In an excerpt from his new book, Between Ape and Human: An Anthropologist on the Trail of a Hidden Hominoid, (Pegasus Books, 2022), Forth writes about an interview with a man who says he disposed of the corpse of a creature that could not have been a monkey but that was also not human, with straight light-colored hair on its body, a well-formed nose, and a stub of a tail.
Since he began his research Forth has collected 30 eyewitness accounts of similar creatures that, he said, match the description of the ‘hobbit’.

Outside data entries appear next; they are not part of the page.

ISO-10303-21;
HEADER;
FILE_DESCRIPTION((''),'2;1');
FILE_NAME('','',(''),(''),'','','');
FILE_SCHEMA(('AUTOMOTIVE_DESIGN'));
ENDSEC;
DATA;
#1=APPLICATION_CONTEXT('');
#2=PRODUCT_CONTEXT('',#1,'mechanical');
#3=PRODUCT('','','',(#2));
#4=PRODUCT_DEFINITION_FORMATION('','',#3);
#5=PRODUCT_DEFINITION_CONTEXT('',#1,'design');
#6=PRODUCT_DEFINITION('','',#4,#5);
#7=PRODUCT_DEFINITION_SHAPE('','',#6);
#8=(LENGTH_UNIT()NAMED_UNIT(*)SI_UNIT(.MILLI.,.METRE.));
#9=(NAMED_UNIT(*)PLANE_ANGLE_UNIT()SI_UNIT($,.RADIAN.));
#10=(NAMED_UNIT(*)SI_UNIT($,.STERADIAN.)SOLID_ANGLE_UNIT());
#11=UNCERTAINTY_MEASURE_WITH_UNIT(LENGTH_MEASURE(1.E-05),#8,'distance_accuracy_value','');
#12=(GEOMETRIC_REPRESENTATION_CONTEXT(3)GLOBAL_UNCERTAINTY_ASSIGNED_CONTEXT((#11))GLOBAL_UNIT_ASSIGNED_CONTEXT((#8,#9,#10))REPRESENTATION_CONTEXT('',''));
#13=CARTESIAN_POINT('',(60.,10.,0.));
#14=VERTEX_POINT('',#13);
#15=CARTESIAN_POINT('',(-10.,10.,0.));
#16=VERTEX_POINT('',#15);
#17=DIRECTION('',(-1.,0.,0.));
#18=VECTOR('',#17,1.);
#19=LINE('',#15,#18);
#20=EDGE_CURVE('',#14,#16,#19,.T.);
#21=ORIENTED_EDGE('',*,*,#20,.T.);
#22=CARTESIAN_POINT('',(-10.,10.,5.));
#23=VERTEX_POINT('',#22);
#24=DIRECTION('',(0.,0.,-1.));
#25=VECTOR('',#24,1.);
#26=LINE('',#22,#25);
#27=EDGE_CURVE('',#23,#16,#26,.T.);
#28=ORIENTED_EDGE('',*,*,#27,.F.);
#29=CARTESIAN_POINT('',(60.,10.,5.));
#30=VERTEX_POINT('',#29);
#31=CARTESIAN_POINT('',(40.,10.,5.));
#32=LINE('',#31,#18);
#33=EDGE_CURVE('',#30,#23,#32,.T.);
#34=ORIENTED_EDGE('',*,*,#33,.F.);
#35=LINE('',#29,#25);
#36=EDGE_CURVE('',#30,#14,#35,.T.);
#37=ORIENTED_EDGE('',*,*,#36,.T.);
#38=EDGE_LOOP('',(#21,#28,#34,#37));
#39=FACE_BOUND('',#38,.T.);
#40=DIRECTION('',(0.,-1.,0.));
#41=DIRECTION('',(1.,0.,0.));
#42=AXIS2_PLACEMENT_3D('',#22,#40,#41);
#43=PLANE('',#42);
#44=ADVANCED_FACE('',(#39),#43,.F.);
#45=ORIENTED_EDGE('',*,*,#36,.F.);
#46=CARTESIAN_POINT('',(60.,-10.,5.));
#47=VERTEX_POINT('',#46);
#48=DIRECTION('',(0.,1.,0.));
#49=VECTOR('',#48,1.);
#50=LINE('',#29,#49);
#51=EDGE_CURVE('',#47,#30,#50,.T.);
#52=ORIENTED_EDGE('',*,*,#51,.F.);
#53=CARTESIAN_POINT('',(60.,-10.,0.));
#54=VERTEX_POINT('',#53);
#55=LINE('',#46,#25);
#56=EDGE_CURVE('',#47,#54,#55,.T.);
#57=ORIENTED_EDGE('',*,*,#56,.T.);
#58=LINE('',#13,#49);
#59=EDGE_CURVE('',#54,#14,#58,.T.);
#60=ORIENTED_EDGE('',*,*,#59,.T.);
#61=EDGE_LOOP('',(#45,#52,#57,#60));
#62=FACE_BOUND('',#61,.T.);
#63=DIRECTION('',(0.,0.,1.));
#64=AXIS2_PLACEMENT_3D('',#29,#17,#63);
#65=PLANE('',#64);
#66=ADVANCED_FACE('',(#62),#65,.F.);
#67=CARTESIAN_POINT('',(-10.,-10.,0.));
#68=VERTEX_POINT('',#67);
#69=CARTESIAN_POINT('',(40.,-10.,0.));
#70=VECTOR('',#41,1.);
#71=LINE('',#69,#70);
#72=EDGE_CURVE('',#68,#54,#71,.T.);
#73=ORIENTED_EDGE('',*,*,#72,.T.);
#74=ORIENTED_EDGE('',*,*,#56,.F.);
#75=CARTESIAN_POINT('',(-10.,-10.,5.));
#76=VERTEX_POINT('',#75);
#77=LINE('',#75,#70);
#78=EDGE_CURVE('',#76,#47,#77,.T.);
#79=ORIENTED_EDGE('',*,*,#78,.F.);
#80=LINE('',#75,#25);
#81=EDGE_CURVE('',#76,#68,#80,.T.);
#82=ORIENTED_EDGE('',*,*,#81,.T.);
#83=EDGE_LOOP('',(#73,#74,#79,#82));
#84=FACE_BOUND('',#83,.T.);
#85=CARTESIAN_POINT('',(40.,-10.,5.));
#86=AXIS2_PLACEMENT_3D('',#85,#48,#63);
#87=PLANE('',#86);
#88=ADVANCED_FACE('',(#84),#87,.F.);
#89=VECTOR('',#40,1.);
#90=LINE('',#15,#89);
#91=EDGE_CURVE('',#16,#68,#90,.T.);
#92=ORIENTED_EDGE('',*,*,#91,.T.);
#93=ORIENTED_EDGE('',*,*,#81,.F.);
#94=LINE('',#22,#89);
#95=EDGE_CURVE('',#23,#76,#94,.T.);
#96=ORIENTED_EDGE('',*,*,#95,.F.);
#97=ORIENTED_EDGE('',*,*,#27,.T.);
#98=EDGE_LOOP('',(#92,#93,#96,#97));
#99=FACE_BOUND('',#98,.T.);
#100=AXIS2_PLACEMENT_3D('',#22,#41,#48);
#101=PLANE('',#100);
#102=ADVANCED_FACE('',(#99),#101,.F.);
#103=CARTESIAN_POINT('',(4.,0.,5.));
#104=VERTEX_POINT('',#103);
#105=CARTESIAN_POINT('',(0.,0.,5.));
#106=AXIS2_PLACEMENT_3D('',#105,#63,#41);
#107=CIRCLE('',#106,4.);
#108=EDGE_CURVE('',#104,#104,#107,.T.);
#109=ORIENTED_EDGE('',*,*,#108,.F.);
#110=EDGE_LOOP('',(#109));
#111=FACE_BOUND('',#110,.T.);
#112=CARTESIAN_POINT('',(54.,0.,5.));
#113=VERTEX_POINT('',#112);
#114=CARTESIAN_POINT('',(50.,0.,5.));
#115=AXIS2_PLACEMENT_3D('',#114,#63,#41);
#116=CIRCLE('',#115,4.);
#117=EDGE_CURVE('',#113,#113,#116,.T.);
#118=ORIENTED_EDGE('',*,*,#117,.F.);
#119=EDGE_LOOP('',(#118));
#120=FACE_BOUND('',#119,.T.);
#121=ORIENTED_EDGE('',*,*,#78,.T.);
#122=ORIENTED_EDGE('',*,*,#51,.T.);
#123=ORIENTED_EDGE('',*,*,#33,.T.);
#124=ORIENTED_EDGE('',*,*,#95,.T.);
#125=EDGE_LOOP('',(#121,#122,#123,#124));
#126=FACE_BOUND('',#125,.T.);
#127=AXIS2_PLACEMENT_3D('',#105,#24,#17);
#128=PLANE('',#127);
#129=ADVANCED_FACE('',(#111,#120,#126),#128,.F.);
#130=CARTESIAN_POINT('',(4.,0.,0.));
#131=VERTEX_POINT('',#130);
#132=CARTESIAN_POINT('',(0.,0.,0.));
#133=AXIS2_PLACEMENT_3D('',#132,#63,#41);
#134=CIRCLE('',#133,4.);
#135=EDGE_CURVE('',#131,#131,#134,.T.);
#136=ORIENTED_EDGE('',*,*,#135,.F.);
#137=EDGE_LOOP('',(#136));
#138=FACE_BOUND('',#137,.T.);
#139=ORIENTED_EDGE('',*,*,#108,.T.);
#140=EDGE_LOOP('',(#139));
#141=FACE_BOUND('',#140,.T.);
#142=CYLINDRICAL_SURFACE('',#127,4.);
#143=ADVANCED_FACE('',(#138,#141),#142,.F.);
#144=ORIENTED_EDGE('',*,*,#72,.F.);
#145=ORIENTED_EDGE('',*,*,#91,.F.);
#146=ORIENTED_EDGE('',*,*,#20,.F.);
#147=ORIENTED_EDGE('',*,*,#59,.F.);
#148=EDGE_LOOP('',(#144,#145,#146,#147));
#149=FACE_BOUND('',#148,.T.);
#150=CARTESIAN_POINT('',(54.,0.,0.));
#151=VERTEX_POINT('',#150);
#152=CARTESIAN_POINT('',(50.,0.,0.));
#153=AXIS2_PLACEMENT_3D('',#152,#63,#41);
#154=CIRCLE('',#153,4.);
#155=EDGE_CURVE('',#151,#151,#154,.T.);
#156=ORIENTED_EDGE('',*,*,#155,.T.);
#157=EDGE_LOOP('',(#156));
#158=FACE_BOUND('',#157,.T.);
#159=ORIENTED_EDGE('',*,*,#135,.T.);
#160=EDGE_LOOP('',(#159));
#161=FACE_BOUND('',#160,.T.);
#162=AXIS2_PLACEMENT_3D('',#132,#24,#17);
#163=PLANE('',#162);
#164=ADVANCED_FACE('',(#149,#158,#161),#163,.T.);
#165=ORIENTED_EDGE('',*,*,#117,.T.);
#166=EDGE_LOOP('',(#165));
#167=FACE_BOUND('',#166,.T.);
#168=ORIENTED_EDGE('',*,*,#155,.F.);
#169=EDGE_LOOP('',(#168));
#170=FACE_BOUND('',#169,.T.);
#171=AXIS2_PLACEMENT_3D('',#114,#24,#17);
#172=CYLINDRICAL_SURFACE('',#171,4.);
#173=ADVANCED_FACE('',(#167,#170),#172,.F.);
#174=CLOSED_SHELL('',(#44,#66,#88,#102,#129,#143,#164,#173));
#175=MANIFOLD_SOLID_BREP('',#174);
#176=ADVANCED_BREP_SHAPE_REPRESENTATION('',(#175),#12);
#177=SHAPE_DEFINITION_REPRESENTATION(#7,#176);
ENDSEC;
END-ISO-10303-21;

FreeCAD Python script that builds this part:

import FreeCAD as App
import Part
import Sketcher
from FreeCAD import Vector
Q = App.Units.Quantity


def add_polygon(sketch, points):
    """Adds a closed chain of lines whose ends are joined by coincident constraints."""
    first, n = sketch.GeometryCount, len(points)
    for a, b in zip(points, points[1:] + points[:1]):
        sketch.addGeometry(Part.LineSegment(App.Vector(*a, 0), App.Vector(*b, 0)), False)
    for i in range(n):
        sketch.addConstraint(Sketcher.Constraint("Coincident", first + i, 2, first + (i + 1) % n, 1))

doc = App.newDocument("Part")
params = doc.addObject("Spreadsheet::Sheet", "Params")
for row, (alias, value) in enumerate([
    ("sketch1_diameter", "8 mm"),
    ("sketch1_width", "70 mm"),
    ("sketch1_height", "20 mm"),
    ("pad1_length", "5 mm"),
], start=1):
    params.set(f"A{row}", alias)
    params.set(f"B{row}", "=" + value)
    params.setAlias(f"B{row}", alias)

body = doc.addObject("PartDesign::Body", "Body")

# Sketch on XY plane
sketch1 = body.newObject("Sketcher::SketchObject", "Sketch")
sketch1.AttachmentSupport = (doc.getObject("XY_Plane"), [""])
sketch1.MapMode = "FlatFace"
add_polygon(sketch1, [(60, -10), (60, 10), (-10, 10), (-10, -10)])  # lines 0-3
sketch1.addGeometry(Part.Circle(Vector(0, 0, 0), Vector(0, 0, 1), 4), False)  # 4
sketch1.addGeometry(Part.Circle(Vector(50, 0, 0), Vector(0, 0, 1), 4), False)  # 5
sketch1.addConstraint(Sketcher.Constraint("Vertical", 0))
sketch1.addConstraint(Sketcher.Constraint("Horizontal", 1))
sketch1.addConstraint(Sketcher.Constraint("Vertical", 2))
sketch1.addConstraint(Sketcher.Constraint("Horizontal", 3))
sketch1.addConstraint(Sketcher.Constraint("Coincident", 4, 3, -1, 1))
sketch1.addConstraint(Sketcher.Constraint("Equal", 4, 5))
sketch1.addConstraint(Sketcher.Constraint("PointOnObject", 5, 3, -1))
sketch1.addConstraint(Sketcher.Constraint("Diameter", 4, Q("8 mm")))
sketch1.addConstraint(Sketcher.Constraint("DistanceX", 1, 2, 1, 1, Q("70 mm")))
sketch1.addConstraint(Sketcher.Constraint("DistanceY", 0, 1, 0, 2, Q("20 mm")))
sketch1.addConstraint(Sketcher.Constraint("DistanceX", -1, 1, 5, 3, Q("50 mm")))
sketch1.addConstraint(Sketcher.Constraint("DistanceX", -1, 1, 0, 2, Q("60 mm")))
sketch1.addConstraint(Sketcher.Constraint("DistanceY", -1, 1, 0, 2, Q("10 mm")))
sketch1.setExpression("Constraints[11]", "Params.sketch1_diameter")
sketch1.setExpression("Constraints[12]", "Params.sketch1_width")
sketch1.setExpression("Constraints[13]", "Params.sketch1_height")
pad1 = body.newObject("PartDesign::Pad", "Pad")
pad1.Profile = sketch1
pad1.setExpression("Length", "Params.pad1_length")

doc.recompute()
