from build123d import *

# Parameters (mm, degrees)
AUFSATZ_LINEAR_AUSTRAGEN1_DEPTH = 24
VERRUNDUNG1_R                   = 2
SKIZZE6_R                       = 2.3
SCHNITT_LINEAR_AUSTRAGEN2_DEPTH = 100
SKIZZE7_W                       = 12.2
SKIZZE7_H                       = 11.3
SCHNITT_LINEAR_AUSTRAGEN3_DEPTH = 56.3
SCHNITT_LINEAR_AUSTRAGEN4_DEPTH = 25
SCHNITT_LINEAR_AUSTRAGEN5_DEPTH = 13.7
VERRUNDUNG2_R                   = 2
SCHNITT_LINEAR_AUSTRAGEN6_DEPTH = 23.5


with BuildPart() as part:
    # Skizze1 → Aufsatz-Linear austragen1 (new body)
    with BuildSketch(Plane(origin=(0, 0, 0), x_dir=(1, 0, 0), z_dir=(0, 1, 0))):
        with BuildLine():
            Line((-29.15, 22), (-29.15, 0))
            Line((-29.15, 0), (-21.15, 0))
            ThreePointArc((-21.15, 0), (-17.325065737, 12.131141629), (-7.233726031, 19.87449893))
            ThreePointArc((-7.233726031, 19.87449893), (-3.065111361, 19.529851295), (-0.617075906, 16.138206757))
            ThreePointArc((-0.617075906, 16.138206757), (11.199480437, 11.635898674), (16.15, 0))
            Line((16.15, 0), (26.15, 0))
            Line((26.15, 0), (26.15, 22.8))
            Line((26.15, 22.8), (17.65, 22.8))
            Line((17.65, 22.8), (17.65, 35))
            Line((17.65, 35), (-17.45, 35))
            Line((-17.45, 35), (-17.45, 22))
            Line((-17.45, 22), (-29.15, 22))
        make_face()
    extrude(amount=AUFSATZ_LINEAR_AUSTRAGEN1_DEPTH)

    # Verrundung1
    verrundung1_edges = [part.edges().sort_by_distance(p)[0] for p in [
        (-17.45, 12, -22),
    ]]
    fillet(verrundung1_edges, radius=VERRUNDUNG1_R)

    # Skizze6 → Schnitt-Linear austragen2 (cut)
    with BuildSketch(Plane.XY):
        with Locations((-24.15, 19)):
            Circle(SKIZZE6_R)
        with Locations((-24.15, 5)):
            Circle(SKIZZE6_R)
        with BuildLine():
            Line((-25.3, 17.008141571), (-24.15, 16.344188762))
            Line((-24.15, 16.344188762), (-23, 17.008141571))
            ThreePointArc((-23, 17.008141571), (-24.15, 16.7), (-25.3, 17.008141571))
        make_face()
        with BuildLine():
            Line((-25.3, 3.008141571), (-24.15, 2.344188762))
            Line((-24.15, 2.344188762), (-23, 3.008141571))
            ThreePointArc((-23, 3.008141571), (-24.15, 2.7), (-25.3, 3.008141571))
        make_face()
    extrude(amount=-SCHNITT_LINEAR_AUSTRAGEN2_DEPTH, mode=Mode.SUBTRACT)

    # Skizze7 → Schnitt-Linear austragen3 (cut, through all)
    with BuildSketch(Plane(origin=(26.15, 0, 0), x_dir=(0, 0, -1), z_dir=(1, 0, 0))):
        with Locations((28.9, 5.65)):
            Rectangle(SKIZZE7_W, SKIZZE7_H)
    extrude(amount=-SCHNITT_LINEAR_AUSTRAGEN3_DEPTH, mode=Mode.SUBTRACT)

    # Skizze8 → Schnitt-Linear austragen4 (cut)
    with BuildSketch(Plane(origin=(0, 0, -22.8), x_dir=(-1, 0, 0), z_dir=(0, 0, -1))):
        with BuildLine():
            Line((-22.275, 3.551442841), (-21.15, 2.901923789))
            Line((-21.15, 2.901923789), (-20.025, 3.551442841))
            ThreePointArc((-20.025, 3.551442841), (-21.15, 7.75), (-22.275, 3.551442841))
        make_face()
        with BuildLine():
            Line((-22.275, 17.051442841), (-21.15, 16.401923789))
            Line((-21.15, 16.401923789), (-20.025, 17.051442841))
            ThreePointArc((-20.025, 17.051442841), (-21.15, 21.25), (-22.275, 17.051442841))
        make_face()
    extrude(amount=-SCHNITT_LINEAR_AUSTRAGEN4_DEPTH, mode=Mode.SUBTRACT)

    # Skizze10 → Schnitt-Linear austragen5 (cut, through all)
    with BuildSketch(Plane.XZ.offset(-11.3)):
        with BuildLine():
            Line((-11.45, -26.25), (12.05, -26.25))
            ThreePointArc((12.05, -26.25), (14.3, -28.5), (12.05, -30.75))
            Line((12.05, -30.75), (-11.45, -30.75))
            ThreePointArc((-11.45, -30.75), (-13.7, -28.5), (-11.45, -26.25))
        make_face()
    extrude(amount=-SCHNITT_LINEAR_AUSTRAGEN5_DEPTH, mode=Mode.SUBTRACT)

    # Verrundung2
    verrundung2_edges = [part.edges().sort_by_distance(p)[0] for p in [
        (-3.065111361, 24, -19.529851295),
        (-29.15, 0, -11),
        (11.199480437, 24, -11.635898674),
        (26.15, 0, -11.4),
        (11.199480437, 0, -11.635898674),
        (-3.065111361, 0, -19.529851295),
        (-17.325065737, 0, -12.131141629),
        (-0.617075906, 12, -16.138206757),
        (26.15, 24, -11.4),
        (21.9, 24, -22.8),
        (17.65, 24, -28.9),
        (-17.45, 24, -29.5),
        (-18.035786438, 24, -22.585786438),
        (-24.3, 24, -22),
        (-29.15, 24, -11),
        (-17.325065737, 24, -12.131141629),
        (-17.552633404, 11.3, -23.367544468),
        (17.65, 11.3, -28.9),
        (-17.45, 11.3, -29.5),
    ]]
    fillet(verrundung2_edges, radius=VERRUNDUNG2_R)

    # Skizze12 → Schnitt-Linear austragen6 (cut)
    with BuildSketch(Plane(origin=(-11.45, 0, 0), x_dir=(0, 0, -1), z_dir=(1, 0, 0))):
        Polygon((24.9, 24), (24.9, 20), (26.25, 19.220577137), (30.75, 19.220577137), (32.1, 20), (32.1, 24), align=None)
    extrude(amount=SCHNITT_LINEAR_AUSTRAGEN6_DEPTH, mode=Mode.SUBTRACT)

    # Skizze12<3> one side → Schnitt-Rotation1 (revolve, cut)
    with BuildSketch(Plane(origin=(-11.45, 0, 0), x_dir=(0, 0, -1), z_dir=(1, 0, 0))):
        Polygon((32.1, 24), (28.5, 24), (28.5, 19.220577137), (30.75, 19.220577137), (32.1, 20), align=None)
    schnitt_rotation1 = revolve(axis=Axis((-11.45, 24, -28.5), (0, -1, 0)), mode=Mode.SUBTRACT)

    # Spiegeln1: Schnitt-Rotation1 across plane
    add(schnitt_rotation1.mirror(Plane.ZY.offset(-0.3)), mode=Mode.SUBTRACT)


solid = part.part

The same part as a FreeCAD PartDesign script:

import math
import FreeCAD as App
import Part
import Sketcher

V = App.Vector
Q = App.Units.Quantity


def edges_at(feature, points):
    """Names of the edges that pass closest to the given points."""
    edges = feature.Shape.Edges
    near = lambda p: min(range(len(edges)), key=lambda i: edges[i].distToShape(Part.Vertex(*p))[0])
    return sorted({f"Edge{near(p) + 1}" for p in points})

doc = App.newDocument("Part")
body = doc.addObject("PartDesign::Body", "Body")

# Sketch on XZ plane
sketch1 = body.newObject("Sketcher::SketchObject", "Sketch")
sketch1.AttachmentSupport = (doc.getObject("XZ_Plane"), [""])
sketch1.MapMode = "FlatFace"
sketch1.addGeometry([
    Part.LineSegment(V(-29.15, -22, 0), V(-29.15, 0, 0)),  # 0
    Part.LineSegment(V(-29.15, 0, 0), V(-21.15, 0, 0)),  # 1
    Part.ArcOfCircle(Part.Circle(V(0, 0, 0), V(0, 0, 1), 21.15), math.radians(180), math.radians(250)),  # 2
    Part.ArcOfCircle(Part.Circle(V(-5.523625, -15.176036, 0), V(0, 0, 1), 5), math.radians(-110), math.radians(-11.094875)),  # 3
    Part.ArcOfCircle(Part.Circle(V(0, 0, 0), V(0, 0, 1), 16.15), math.radians(-92.189749), math.radians(0)),  # 4
    Part.LineSegment(V(16.15, 0, 0), V(26.15, 0, 0)),  # 5
    Part.LineSegment(V(26.15, 0, 0), V(26.15, -22.8, 0)),  # 6
    Part.LineSegment(V(26.15, -22.8, 0), V(17.65, -22.8, 0)),  # 7
    Part.LineSegment(V(17.65, -22.8, 0), V(17.65, -35, 0)),  # 8
    Part.LineSegment(V(17.65, -35, 0), V(-17.45, -35, 0)),  # 9
    Part.LineSegment(V(-17.45, -35, 0), V(-17.45, -22, 0)),  # 10
    Part.LineSegment(V(-17.45, -22, 0), V(-29.15, -22, 0)),  # 11
], False)
sketch1.addConstraint([
    Sketcher.Constraint("Coincident", 0, 2, 1, 1),
    Sketcher.Constraint("Coincident", 1, 2, 2, 1),
    Sketcher.Constraint("Tangent", 2, 2, 3, 1),
    Sketcher.Constraint("Coincident", 3, 2, 4, 1),
    Sketcher.Constraint("Coincident", 4, 2, 5, 1),
    Sketcher.Constraint("Coincident", 5, 2, 6, 1),
    Sketcher.Constraint("Coincident", 6, 2, 7, 1),
    Sketcher.Constraint("Coincident", 7, 2, 8, 1),
    Sketcher.Constraint("Coincident", 8, 2, 9, 1),
    Sketcher.Constraint("Coincident", 9, 2, 10, 1),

Homo floresiensis bones – thought to come from at least nine individuals – were first discovered at Liang Bua on Flores in 2003. The skeletons included a complete skull.
The youngest evidence of the hobbits using the cave dates back to 50,000 years ago, Elizabeth Veatch, a zooarchaeologist who studies the species, told Live Science.
“Based on faunal evidence, there was likely an environmental change that occurred around 60,000 years ago that altered the landscape around Liang Bua which caused Homo floresiensis to migrate elsewhere on the island to forage in more suitable habitats,” Veatch said.
In 2014, archaeologists discovered another site on Flores, Mata Menge, with bones dating back to around 700,000 years ago. These are believed to be from a far older population of Homo floresiensis. Stone tools were also found at the site.
The species has not been found on any other island apart from Flores.